If $f$ is measurable and $A>0$ then the truncation $f_{A}$ defined by:
$$f_{A}(x)=\begin{cases} f(x)&\text{if $\left | f(x) \right |\leq A$}\\ A&\text{if $ f(x)> A $}\\ A&\text{if $f(x)< A $} \end{cases}$$
Let $f$ be an $X$ measurable function on $X$ to $\mathbb{R}$. For $n\in \mathbb{N}$, let $(f_{n})$ be a sequence of truncates of $f$. If $f$ es integrable with respect to $\mu$, then $\int fd\mu =\lim\int f_{n}d\mu $.
Conversely, if $\sup\int\left | f_{n} \right |d\mu<{+}\infty $ then $f$ is integrable.
I think I´ve already prove the first part, I applied Lebesgue Dominated Convergence Theorem, because que can see that $f_{n+1}\leq f_{n} \leq f, n\in\mathbb{N}$ so $ (f_{n})\leq \left |f \right | $ and $f$ is integrable, so I have to prove that $(f_{n})$ is a sequence of integrable functions which converges almost everywhere to a real-valuated function and I can applied the theorem, right???
The other part is the one which I have problems to prove it, does anybody can help me a little with that?? Thanks!
I think that the problem wants us to define $f_N(x) = f(x)$ if $0 \leq f(x) \leq N$, $f_N(x) = f(x)$ if $-N \leq f(x) \leq 0$ and $f_N(x) = 0$ otherwise.

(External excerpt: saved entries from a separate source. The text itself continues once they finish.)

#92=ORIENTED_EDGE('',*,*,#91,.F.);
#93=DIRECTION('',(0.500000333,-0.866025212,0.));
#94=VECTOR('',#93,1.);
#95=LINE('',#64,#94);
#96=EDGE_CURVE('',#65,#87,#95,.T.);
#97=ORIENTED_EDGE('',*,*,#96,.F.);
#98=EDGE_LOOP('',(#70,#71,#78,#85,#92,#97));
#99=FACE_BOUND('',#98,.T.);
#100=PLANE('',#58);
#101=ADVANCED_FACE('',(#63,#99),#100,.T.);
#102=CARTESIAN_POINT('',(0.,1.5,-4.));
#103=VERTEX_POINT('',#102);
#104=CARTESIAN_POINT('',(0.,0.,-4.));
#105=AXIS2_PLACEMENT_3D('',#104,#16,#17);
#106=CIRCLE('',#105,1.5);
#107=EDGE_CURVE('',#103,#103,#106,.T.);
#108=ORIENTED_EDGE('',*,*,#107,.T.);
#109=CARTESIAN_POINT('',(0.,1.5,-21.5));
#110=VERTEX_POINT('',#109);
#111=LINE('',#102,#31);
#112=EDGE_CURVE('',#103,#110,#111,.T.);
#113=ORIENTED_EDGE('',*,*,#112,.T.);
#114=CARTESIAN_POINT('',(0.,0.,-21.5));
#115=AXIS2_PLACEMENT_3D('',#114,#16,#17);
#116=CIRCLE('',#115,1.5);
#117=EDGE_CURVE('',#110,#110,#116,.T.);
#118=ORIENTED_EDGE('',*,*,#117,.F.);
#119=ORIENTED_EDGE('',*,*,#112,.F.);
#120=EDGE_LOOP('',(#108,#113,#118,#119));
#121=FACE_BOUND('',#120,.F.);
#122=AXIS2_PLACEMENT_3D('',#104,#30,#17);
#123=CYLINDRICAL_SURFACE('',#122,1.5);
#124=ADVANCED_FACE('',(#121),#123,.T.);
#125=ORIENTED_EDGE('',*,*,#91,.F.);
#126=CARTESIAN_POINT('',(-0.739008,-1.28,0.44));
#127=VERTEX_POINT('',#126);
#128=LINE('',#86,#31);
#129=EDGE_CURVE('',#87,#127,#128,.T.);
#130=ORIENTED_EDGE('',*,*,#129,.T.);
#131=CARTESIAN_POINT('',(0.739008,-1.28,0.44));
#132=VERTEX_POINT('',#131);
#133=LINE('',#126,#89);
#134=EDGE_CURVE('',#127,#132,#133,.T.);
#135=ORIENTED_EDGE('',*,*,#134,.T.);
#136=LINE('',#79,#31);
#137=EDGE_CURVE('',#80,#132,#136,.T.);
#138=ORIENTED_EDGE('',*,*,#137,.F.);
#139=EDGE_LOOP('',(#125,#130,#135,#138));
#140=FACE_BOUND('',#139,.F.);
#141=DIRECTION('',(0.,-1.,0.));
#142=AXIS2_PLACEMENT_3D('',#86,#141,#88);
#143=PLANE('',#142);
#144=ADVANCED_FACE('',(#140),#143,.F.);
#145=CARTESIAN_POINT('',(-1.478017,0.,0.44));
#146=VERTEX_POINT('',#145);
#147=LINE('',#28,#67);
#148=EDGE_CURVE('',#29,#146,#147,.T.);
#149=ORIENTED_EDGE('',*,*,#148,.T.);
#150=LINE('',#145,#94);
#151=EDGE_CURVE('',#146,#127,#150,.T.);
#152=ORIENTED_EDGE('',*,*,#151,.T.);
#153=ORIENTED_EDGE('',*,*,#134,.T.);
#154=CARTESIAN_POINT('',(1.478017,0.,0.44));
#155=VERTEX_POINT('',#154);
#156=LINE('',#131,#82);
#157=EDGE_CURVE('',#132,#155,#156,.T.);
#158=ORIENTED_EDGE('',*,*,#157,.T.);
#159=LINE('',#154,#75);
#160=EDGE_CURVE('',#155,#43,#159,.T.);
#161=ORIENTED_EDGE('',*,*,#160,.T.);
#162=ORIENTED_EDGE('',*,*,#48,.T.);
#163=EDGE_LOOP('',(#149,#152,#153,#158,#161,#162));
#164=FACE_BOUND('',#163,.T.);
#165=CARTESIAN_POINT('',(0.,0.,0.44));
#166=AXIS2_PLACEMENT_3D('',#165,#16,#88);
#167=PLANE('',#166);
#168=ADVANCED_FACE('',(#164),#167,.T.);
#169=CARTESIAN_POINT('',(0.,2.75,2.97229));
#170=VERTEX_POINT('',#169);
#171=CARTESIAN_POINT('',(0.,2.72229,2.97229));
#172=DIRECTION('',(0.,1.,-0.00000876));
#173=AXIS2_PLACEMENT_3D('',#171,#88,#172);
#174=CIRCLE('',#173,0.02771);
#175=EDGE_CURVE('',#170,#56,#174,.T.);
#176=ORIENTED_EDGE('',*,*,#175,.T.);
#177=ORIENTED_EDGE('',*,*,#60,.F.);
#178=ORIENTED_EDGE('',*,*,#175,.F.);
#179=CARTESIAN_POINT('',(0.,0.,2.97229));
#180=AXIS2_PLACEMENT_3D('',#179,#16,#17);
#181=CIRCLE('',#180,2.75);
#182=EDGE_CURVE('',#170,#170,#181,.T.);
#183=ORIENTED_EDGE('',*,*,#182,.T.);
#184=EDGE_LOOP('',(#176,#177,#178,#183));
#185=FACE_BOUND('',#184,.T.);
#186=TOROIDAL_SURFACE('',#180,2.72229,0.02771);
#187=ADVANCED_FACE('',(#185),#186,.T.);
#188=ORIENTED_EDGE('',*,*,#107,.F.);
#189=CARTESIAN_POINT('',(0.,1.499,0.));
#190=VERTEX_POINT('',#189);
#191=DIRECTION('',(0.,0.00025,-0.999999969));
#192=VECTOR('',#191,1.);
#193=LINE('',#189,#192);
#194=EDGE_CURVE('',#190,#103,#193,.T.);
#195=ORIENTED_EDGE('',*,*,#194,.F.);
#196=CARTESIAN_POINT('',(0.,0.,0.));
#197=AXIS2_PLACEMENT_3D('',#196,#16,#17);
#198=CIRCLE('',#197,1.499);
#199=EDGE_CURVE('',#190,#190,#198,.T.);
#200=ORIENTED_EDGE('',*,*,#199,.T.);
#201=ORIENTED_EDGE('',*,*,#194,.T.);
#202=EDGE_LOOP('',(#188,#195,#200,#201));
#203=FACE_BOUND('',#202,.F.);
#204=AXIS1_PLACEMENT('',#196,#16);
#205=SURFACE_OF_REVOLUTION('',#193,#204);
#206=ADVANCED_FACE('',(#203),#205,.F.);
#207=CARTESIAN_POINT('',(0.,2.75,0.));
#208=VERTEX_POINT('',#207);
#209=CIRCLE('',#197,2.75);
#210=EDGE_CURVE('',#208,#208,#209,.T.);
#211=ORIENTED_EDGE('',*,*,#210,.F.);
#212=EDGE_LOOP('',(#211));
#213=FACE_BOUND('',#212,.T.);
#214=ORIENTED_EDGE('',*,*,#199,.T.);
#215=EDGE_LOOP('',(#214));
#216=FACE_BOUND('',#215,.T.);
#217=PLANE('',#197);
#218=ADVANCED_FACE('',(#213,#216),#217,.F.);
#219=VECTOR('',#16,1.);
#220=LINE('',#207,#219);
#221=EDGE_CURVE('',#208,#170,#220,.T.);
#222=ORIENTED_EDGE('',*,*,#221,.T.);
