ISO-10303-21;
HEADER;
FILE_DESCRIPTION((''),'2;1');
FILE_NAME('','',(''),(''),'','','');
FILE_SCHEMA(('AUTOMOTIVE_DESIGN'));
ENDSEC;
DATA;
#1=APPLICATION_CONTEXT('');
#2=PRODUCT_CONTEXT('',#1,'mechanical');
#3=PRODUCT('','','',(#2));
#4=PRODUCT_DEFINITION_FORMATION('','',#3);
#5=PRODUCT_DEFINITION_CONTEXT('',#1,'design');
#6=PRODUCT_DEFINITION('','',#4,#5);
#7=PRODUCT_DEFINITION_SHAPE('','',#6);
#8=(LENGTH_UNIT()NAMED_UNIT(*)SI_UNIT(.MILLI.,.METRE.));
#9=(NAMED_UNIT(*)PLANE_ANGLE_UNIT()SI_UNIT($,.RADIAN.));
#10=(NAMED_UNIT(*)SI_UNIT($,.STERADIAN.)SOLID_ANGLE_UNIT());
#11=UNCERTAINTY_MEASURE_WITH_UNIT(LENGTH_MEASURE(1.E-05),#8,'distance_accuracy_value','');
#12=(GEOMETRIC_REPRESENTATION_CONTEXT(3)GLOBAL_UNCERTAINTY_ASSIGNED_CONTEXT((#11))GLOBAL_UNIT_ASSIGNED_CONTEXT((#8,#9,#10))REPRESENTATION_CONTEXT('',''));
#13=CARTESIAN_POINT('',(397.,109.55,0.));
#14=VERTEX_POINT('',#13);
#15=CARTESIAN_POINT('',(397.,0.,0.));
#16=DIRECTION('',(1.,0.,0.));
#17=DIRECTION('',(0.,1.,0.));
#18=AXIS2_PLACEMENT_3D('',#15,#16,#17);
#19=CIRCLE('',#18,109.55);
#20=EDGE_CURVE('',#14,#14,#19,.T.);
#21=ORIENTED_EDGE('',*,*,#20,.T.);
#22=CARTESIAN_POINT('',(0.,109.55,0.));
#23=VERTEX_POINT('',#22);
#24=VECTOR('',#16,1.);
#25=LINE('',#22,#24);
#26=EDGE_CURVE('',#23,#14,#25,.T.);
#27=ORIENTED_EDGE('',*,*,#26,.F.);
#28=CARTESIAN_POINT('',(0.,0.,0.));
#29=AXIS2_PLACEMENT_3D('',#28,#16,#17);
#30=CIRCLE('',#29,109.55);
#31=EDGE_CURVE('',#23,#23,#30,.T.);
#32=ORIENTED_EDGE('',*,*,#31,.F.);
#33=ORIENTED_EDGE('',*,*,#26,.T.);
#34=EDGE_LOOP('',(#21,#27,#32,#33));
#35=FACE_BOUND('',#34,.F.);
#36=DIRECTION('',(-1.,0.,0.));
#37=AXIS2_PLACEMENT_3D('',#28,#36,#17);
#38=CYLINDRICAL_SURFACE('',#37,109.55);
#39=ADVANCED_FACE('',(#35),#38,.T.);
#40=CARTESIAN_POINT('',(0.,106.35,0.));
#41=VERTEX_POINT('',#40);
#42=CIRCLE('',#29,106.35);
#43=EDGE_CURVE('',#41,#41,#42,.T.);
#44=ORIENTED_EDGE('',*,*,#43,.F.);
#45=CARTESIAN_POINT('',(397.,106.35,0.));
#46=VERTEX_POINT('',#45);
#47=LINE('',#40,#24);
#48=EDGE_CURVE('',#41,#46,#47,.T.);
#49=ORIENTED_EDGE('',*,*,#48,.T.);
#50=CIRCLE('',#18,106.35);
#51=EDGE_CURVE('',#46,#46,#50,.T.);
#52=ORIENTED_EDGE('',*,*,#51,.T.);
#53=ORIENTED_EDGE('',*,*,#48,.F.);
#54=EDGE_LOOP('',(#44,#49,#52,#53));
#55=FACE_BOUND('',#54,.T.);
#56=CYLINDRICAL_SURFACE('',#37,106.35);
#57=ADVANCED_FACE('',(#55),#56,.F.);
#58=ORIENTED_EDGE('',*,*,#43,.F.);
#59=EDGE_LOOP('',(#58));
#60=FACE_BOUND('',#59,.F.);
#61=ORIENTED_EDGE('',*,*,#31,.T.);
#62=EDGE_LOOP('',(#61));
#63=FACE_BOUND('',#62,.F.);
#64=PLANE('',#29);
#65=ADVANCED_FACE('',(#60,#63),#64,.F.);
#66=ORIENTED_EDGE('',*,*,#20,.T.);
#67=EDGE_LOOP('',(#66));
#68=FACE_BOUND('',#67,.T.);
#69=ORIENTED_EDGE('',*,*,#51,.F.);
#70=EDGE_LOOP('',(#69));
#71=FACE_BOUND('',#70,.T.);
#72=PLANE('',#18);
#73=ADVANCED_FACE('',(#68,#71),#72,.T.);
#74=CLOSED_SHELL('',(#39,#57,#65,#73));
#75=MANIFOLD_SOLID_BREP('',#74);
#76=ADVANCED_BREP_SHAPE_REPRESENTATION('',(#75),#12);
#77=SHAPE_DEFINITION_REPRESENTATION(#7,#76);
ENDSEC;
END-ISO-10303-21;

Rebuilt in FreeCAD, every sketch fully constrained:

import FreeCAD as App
import Part
import Sketcher

V = App.Vector

doc = App.newDocument("Part")
body = doc.addObject("PartDesign::Body", "Body")

# Sketch on YZ plane
sketch1 = doc.addObject("Sketcher::SketchObject", "Sketch")
body.addObject(sketch1)
sketch1.AttachmentSupport = (doc.YZ_Plane, [""])
sketch1.MapMode = "FlatFace"
sketch1.addGeometry([
    Part.Circle(V(0, 0, 0), V(0, 0, 1), 110),
    Part.Circle(V(0, 0, 0), V(0, 0, 1), 106),
], False)
sketch1.addConstraint([
    Sketcher.Constraint("Coincident", 0, 3, -1, 1),
    Sketcher.Constraint("Coincident", 1, 3, -1, 1),
    Sketcher.Constraint("Diameter", 0, 219.1),
    Sketcher.Constraint("Diameter", 1, 212.7),
])
pad1 = doc.addObject("PartDesign::Pad", "Pad")
body.addObject(pad1)
pad1.Profile = sketch1
pad1.Length = 397

doc.recompute()
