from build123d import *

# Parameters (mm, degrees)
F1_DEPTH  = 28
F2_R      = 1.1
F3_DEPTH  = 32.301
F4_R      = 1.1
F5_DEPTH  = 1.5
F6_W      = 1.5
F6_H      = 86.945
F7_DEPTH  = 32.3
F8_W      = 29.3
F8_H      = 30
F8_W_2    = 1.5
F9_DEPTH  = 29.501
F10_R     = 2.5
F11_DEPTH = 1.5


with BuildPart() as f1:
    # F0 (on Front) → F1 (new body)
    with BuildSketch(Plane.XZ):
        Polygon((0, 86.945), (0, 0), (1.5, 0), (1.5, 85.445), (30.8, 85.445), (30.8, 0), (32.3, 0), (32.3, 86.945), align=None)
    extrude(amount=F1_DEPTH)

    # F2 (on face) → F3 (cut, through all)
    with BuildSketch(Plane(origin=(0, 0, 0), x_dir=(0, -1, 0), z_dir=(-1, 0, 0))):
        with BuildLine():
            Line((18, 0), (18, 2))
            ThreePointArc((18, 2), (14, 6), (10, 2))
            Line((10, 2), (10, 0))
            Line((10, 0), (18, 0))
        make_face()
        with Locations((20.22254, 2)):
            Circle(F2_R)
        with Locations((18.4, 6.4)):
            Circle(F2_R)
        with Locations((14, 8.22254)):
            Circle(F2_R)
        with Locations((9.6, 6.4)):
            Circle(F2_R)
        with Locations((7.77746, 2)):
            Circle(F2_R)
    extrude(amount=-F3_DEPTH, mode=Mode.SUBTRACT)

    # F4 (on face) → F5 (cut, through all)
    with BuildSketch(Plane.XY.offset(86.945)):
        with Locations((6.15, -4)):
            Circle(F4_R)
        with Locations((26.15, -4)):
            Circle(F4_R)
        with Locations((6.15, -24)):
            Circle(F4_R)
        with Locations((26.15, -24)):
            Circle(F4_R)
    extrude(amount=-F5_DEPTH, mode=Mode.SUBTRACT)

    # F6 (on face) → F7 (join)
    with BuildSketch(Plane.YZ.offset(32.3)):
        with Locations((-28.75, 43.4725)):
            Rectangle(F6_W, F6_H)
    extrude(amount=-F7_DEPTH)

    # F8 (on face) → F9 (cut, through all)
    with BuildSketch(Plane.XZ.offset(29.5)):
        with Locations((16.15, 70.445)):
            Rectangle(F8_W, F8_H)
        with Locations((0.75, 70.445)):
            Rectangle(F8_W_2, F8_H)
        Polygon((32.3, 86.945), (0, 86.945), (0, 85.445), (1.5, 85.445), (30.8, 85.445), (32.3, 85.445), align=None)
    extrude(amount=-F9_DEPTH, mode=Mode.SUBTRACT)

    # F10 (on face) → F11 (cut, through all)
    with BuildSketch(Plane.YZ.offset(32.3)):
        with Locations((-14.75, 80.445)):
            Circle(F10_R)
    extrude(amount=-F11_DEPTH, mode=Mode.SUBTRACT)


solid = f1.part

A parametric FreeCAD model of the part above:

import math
import FreeCAD as App
import Part
import Sketcher


def add_polygon(sketch, points):
    """Adds a closed chain of lines whose ends are joined by coincident constraints."""
    first, n = sketch.GeometryCount, len(points)
    for a, b in zip(points, points[1:] + points[:1]):
        sketch.addGeometry(Part.LineSegment(App.Vector(*a, 0), App.Vector(*b, 0)), False)
    for i in range(n):
        sketch.addConstraint(Sketcher.Constraint("Coincident", first + i, 2, first + (i + 1) % n, 1))

doc = App.newDocument("Part")
body = doc.addObject("PartDesign::Body", "Body")

sketch1 = doc.addObject("Sketcher::SketchObject", "Sketch")
body.addObject(sketch1)
sketch1.AttachmentSupport = (doc.XZ_Plane, [""])
sketch1.MapMode = "FlatFace"
add_polygon(sketch1, [(0, 86.9), (0, 0), (1.5, 0), (1.5, 85.4), (30.8, 85.4), (30.8, 0), (32.3, 0), (32.3, 86.9)])
sketch1.addConstraint(Sketcher.Constraint("Vertical", 0))
sketch1.addConstraint(Sketcher.Constraint("Horizontal", 1))
sketch1.addConstraint(Sketcher.Constraint("Vertical", 2))
sketch1.addConstraint(Sketcher.Constraint("Horizontal", 3))
sketch1.addConstraint(Sketcher.Constraint("Vertical", 4))
sketch1.addConstraint(Sketcher.Constraint("Horizontal", 5))
sketch1.addConstraint(Sketcher.Constraint("Vertical", 6))
sketch1.addConstraint(Sketcher.Constraint("Horizontal", 7))
sketch1.addConstraint(Sketcher.Constraint("Coincident", 0, 2, -1, 1))
sketch1.addConstraint(Sketcher.Constraint("PointOnObject", 4, 2, -1))
sketch1.addConstraint(Sketcher.Constraint("Equal", 1, 5))
sketch1.addConstraint(Sketcher.Constraint("DistanceX", 1, 1, 1, 2, 1.5))
sketch1.addConstraint(Sketcher.Constraint("DistanceX", 3, 1, 3, 2, 29.3))
sketch1.addConstraint(Sketcher.Constraint("DistanceY", 3, 2, 6, 2, 1.5))
sketch1.addConstraint(Sketcher.Constraint("DistanceY", 0, 2, 0, 1, 86.945))
pad1 = doc.addObject("PartDesign::Pad", "Pad")
body.addObject(pad1)
pad1.Profile = sketch1
pad1.Length = 28

sketch2 = doc.addObject("Sketcher::SketchObject", "Sketch001")
body.addObject(sketch2)
sketch2.AttachmentSupport = (doc.YZ_Plane, [""])
sketch2.MapMode = "FlatFace"
sketch2.addGeometry(Part.LineSegment(App.Vector(-18, 0, 0), App.Vector(-18, 2, 0)), False)
sketch2.addGeometry(Part.ArcOfCircle(Part.Circle(App.Vector(-14, 2, 0), App.Vector(0, 0, 1), 4), math.radians(0), math.radians(180)), False)
sketch2.addGeometry(Part.LineSegment(App.Vector(-10, 2, 0), App.Vector(-10, 0, 0)), False)
sketch2.addGeometry(Part.LineSegment(App.Vector(-10, 0, 0), App.Vector(-18, 0, 0)), False)
sketch2.addGeometry(Part.Circle(App.Vector(-20.2, 2, 0), App.Vector(0, 0, 1), 1.1), False)
sketch2.addGeometry(Part.Circle(App.Vector(-18.4, 6.4, 0), App.Vector(0, 0, 1), 1.1), False)
sketch2.addGeometry(Part.Circle(App.Vector(-14, 8.2, 0), App.Vector(0, 0, 1), 1.1), False)
sketch2.addGeometry(Part.Circle(App.Vector(-9.6, 6.4, 0), App.Vector(0, 0, 1), 1.1), False)
sketch2.addGeometry(Part.Circle(App.Vector(-7.8, 2, 0), App.Vector(0, 0, 1), 1.1), False)
sketch2.addConstraint(Sketcher.Constraint("Tangent", 0, 2, 1, 2))
sketch2.addConstraint(Sketcher.Constraint("Tangent", 1, 1, 2, 1))
sketch2.addConstraint(Sketcher.Constraint("Coincident", 2, 2, 3, 1))
sketch2.addConstraint(Sketcher.Constraint("Coincident", 3, 2, 0, 1))
sketch2.addConstraint(Sketcher.Constraint("Vertical", 0))
sketch2.addConstraint(Sketcher.Constraint("Vertical", 2))
sketch2.addConstraint(Sketcher.Constraint("Horizontal", 3))
sketch2.addConstraint(Sketcher.Constraint("Equal", 4, 5))
sketch2.addConstraint(Sketcher.Constraint("Equal", 5, 6))
sketch2.addConstraint(Sketcher.Constraint("Equal", 6, 7))
sketch2.addConstraint(Sketcher.Constraint("Equal", 7, 8))
sketch2.addConstraint(Sketcher.Constraint("PointOnObject", 2, 2, -1))
sketch2.addConstraint(Sketcher.Constraint("Horizontal", 1, 3, 4, 3))
sketch2.addConstraint(Sketcher.Constraint("Horizontal", 5, 3, 7, 3))
sketch2.addConstraint(Sketcher.Constraint("Horizontal", 4, 3, 8, 3))
sketch2.addConstraint(Sketcher.Constraint("Vertical", 1, 3, 6, 3))
sketch2.addConstraint(Sketcher.Constraint("Radius", 1, 4.0))
sketch2.addConstraint(Sketcher.Constraint("Diameter", 4, 2.2))
sketch2.addConstraint(Sketcher.Constraint("DistanceY", 0, 1, 0, 2, 2.0))
sketch2.addConstraint(Sketcher.Constraint("DistanceX", 1, 3, -1, 1, 14.0))
sketch2.addConstraint(Sketcher.Constraint("DistanceX", 5, 3, -1, 1, 18.4))
sketch2.addConstraint(Sketcher.Constraint("DistanceY", -1, 1, 5, 3, 6.4))
sketch2.addConstraint(Sketcher.Constraint("DistanceX", 7, 3, -1, 1, 9.6))
sketch2.addConstraint(Sketcher.Constraint("DistanceX", 4, 3, -1, 1, 20.22254))
sketch2.addConstraint(Sketcher.Constraint("DistanceY", -1, 1, 6, 3, 8.22254))
sketch2.addConstraint(Sketcher.Constraint("DistanceX", 8, 3, -1, 1, 7.77746))
pocket1 = doc.addObject("PartDesign::Pocket", "Pocket")
body.addObject(pocket1)
pocket1.Profile = sketch2
pocket1.Type = "ThroughAll"
pocket1.Reversed = True

sketch3 = doc.addObject("Sketcher::SketchObject", "Sketch002")
body.addObject(sketch3)
sketch3.AttachmentSupport = (doc.XY_Plane, [""])
sketch3.MapMode = "FlatFace"
sketch3.AttachmentOffset = App.Placement(App.Vector(0, 0, 86.945), App.Rotation())
sketch3.addGeometry(Part.Circle(App.Vector(6.2, -4, 0), App.Vector(0, 0, 1), 1.1), False)
sketch3.addGeometry(Part.Circle(App.Vector(26.1, -4, 0), App.Vector(0, 0, 1), 1.1), False)
sketch3.addGeometry(Part.Circle(App.Vector(6.2, -24, 0), App.Vector(0, 0, 1), 1.1), False)
sketch3.addGeometry(Part.Circle(App.Vector(26.1, -24, 0), App.Vector(0, 0, 1), 1.1), False)
sketch3.addConstraint(Sketcher.Constraint("Equal", 0, 1))
sketch3.addConstraint(Sketcher.Constraint("Equal", 1, 2))
sketch3.addConstraint(Sketcher.Constraint("Equal", 2, 3))
sketch3.addConstraint(Sketcher.Constraint("Horizontal", 0, 3, 1, 3))
sketch3.addConstraint(Sketcher.Constraint("Horizontal", 2, 3, 3, 3))
sketch3.addConstraint(Sketcher.Constraint("Vertical", 0, 3, 2, 3))
sketch3.addConstraint(Sketcher.Constraint("Vertical", 1, 3, 3, 3))
sketch3.addConstraint(Sketcher.Constraint("Diameter", 0, 2.2))
sketch3.addConstraint(Sketcher.Constraint("DistanceY", 0, 3, -1, 1, 4.0))
sketch3.addConstraint(Sketcher.Constraint("DistanceY", 2, 3, -1, 1, 24.0))
sketch3.addConstraint(Sketcher.Constraint("DistanceX", 0, 3, 1, 3, 20.0))
sketch3.addConstraint(Sketcher.Constraint("DistanceX", -1, 1, 0, 3, 6.15))
pocket2 = doc.addObject("PartDesign::Pocket", "Pocket001")
body.addObject(pocket2)
pocket2.Profile = sketch3
pocket2.Type = "ThroughAll"

sketch4 = doc.addObject("Sketcher::SketchObject", "Sketch003")
body.addObject(sketch4)
sketch4.AttachmentSupport = (doc.YZ_Plane, [""])
sketch4.MapMode = "FlatFace"
sketch4.AttachmentOffset = App.Placement(App.Vector(0, 0, 32.3), App.Rotation())
add_polygon(sketch4, [(-29.5, 86.9), (-29.5, 0), (-28, 0), (-28, 86.9)])
sketch4.addConstraint(Sketcher.Constraint("Vertical", 0))
sketch4.addConstraint(Sketcher.Constraint("Horizontal", 1))
sketch4.addConstraint(Sketcher.Constraint("Vertical", 2))
sketch4.addConstraint(Sketcher.Constraint("Horizontal", 3))
sketch4.addConstraint(Sketcher.Constraint("PointOnObject", 0, 2, -1))
sketch4.addConstraint(Sketcher.Constraint("DistanceX", 1, 1, 1, 2, 1.5))
sketch4.addConstraint(Sketcher.Constraint("DistanceX", 1, 2, -1, 1, 28.0))
sketch4.addConstraint(Sketcher.Constraint("DistanceY", 0, 2, 0, 1, 86.945))
pad2 = doc.addObject("PartDesign::Pad", "Pad001")
body.addObject(pad2)
pad2.Profile = sketch4
pad2.Length = 32.3
pad2.Reversed = True

sketch5 = doc.addObject("Sketcher::SketchObject", "Sketch004")
body.addObject(sketch5)
sketch5.AttachmentSupport = (doc.XZ_Plane, [""])
sketch5.MapMode = "FlatFace"
sketch5.AttachmentOffset = App.Placement(App.Vector(0, 0, 29.5), App.Rotation())
add_polygon(sketch5, [(30.8, 55.4), (30.8, 85.4), (32.3, 85.4), (32.3, 86.9), (0, 86.9), (0, 55.4)])
sketch5.addConstraint(Sketcher.Constraint("Vertical", 0))
sketch5.addConstraint(Sketcher.Constraint("Horizontal", 1))
sketch5.addConstraint(Sketcher.Constraint("Vertical", 2))
sketch5.addConstraint(Sketcher.Constraint("Horizontal", 3))
sketch5.addConstraint(Sketcher.Constraint("Vertical", 4))
sketch5.addConstraint(Sketcher.Constraint("Horizontal", 5))
sketch5.addConstraint(Sketcher.Constraint("PointOnObject", 3, 2, -2))
sketch5.addConstraint(Sketcher.Constraint("Equal", 1, 2))
sketch5.addConstraint(Sketcher.Constraint("DistanceY", 0, 1, 0, 2, 30.0))
sketch5.addConstraint(Sketcher.Constraint("DistanceX", 1, 1, 1, 2, 1.5))
sketch5.addConstraint(Sketcher.Constraint("DistanceX", 3, 2, 3, 1, 32.3))
sketch5.addConstraint(Sketcher.Constraint("DistanceY", -1, 1, 0, 2, 85.445))
pocket3 = doc.addObject("PartDesign::Pocket", "Pocket002")
body.addObject(pocket3)
pocket3.Profile = sketch5
pocket3.Type = "ThroughAll"

sketch6 = doc.addObject("Sketcher::SketchObject", "Sketch005")
body.addObject(sketch6)
sketch6.AttachmentSupport = (doc.YZ_Plane, [""])
sketch6.MapMode = "FlatFace"
sketch6.AttachmentOffset = App.Placement(App.Vector(0, 0, 32.3), App.Rotation())
sketch6.addGeometry(Part.Circle(App.Vector(-14.8, 80.4, 0), App.Vector(0, 0, 1), 2.5), False)
sketch6.addConstraint(Sketcher.Constraint("Diameter", 0, 5.0))
sketch6.addConstraint(Sketcher.Constraint("DistanceX", 0, 3, -1, 1, 14.75))
sketch6.addConstraint(Sketcher.Constraint("DistanceY", -1, 1, 0, 3, 80.445))
pocket4 = doc.addObject("PartDesign::Pocket", "Pocket003")
body.addObject(pocket4)
pocket4.Profile = sketch6
pocket4.Type = "ThroughAll"

doc.recompute()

Then we have that $f_n \to f$ monotonically and so we can apply the monotone convergence theorem to conclude that $\lim_n \int f_n = \int \lim_n f_n = \int f$. Now if $\sup_n \int |f_n| < \infty$, then clearly $\int |f| < \infty$ since for any bounded monotonic sequence we have that $\sup_n a_n = \lim_n a_n$.